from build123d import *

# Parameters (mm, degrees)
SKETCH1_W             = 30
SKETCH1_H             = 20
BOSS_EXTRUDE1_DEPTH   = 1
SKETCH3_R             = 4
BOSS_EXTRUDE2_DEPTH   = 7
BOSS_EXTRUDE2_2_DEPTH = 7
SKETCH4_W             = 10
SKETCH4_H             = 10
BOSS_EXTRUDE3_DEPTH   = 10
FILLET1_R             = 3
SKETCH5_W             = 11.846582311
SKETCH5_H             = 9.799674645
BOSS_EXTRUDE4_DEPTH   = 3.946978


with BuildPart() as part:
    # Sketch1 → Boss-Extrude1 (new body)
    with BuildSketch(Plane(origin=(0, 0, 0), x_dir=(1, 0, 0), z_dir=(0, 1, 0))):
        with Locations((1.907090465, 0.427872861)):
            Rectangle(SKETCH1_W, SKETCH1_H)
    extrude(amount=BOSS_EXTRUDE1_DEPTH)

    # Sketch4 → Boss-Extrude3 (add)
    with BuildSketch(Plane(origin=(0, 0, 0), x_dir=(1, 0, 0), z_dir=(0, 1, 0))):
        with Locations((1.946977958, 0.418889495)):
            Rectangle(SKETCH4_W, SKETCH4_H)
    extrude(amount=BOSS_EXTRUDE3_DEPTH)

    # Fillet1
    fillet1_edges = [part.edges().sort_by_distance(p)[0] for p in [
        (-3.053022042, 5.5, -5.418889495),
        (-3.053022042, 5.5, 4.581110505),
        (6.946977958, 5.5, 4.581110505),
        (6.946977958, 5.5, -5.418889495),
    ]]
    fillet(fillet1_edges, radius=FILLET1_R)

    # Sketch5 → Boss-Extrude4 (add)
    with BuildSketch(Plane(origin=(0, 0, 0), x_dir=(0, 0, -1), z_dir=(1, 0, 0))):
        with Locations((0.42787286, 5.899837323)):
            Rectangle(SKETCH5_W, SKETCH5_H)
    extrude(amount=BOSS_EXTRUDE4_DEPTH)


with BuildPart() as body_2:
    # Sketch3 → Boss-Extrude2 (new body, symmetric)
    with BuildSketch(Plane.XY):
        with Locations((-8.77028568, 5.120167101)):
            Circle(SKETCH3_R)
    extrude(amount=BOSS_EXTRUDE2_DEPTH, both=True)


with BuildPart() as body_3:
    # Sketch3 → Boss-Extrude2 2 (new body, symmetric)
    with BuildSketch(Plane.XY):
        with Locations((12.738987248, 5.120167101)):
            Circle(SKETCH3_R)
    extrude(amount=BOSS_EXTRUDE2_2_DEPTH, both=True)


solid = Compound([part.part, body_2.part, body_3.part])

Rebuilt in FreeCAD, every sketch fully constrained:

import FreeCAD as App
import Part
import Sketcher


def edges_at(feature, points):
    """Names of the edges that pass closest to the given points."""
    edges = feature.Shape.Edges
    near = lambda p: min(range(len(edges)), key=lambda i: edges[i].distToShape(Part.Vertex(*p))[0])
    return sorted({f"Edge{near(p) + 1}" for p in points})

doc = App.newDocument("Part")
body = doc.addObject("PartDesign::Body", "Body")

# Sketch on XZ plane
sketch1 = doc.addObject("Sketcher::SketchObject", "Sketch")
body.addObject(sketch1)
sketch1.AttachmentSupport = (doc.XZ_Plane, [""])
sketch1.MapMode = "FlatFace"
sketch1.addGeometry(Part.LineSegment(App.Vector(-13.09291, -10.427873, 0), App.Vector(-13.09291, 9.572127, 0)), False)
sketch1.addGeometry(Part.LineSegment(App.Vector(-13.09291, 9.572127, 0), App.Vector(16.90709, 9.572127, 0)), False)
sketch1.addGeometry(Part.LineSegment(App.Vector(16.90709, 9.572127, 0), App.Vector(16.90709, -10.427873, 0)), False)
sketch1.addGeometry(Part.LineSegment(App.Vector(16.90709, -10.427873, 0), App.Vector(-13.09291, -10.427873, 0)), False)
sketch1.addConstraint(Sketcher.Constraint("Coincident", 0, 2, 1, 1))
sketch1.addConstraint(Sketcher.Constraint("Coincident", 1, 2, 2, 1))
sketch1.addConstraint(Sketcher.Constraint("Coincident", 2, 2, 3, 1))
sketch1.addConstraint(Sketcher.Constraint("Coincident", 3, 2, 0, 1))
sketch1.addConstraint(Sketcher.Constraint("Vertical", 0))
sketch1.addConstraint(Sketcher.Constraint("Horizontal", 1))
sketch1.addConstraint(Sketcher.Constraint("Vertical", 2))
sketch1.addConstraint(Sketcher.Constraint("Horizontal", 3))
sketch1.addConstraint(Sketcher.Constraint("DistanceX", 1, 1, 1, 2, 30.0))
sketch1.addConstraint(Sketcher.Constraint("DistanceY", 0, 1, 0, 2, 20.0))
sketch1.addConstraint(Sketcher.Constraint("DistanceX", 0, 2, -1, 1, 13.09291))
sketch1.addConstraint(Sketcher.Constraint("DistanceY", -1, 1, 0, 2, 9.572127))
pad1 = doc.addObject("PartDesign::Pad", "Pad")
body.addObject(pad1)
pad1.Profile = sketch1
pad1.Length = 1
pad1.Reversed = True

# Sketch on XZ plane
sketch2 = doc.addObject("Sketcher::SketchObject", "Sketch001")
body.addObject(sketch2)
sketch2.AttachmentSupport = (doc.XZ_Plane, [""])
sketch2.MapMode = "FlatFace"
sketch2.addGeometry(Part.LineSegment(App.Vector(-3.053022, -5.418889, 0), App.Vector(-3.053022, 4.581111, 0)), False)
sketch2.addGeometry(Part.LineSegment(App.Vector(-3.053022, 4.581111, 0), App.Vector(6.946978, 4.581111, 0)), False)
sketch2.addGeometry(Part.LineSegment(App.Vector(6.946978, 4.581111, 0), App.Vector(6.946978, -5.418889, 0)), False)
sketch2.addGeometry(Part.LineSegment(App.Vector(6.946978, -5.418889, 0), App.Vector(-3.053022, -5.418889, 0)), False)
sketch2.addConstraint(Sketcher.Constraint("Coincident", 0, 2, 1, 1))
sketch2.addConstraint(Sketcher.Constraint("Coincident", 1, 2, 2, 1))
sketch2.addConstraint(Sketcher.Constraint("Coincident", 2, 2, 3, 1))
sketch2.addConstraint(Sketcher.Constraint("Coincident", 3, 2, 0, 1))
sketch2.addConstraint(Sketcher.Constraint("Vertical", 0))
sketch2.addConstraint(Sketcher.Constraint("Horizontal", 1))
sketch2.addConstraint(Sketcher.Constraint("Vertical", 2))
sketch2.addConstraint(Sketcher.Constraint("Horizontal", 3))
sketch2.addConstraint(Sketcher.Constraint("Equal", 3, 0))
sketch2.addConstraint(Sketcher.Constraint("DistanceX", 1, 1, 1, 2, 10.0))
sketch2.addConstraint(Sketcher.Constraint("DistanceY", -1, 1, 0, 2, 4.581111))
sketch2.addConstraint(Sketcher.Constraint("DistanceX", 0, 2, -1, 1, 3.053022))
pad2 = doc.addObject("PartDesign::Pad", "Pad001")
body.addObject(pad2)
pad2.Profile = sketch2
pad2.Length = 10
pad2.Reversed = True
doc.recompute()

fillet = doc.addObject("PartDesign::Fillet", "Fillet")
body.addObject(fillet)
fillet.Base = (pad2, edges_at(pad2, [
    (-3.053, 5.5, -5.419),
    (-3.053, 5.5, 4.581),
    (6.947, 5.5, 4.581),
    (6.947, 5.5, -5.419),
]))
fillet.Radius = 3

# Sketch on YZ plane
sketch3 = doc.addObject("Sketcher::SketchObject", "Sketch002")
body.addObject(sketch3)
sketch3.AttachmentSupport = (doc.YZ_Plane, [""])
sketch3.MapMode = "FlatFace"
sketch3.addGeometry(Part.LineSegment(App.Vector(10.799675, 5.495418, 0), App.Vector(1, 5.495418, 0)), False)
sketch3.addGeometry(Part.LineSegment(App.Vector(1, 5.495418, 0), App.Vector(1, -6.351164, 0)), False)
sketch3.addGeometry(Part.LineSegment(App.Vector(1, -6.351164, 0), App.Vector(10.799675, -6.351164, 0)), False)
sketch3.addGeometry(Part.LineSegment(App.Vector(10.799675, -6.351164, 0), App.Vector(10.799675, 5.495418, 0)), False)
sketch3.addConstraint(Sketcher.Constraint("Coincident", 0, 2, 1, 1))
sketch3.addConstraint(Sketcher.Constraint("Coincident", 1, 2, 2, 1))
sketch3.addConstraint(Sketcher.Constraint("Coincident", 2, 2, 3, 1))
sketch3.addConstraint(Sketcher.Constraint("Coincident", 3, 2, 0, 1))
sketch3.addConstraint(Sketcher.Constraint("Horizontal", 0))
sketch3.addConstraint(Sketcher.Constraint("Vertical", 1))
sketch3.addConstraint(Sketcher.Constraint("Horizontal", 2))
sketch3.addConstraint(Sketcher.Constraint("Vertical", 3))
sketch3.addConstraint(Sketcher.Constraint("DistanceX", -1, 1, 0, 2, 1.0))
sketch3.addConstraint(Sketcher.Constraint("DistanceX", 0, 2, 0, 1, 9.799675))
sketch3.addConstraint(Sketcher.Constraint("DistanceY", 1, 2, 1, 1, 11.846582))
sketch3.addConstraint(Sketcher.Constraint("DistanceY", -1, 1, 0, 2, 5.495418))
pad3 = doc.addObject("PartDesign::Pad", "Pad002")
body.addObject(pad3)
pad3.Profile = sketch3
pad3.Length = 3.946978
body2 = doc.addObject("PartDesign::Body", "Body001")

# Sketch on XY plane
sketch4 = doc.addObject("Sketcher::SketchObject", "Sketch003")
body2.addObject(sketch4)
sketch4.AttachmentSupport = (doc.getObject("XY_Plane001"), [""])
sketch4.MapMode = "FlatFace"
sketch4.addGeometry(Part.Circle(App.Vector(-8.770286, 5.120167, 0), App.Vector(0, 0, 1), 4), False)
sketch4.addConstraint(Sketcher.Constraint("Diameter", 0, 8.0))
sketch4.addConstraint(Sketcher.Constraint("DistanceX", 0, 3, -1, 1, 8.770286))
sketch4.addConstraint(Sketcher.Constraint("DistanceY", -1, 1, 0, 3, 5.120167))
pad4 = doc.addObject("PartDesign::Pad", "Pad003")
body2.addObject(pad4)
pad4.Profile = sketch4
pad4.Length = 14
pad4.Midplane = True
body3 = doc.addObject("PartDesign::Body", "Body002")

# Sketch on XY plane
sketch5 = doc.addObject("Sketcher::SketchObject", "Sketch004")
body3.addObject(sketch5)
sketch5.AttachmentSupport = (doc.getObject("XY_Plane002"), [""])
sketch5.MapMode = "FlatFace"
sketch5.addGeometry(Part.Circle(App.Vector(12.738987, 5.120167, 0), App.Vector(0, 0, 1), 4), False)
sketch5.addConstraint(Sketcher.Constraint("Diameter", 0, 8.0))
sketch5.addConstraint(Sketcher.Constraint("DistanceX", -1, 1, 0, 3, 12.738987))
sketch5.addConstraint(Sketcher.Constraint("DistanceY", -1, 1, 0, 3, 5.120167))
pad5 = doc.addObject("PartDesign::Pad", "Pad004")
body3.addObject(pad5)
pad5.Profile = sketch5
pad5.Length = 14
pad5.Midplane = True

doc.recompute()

Problem: Go through the listing above and list every line that has the word "amount".

Expected answer:
    extrude(amount=BOSS_EXTRUDE1_DEPTH)
    extrude(amount=BOSS_EXTRUDE3_DEPTH)
    extrude(amount=BOSS_EXTRUDE4_DEPTH)
    extrude(amount=BOSS_EXTRUDE2_DEPTH, both=True)
    extrude(amount=BOSS_EXTRUDE2_2_DEPTH, both=True)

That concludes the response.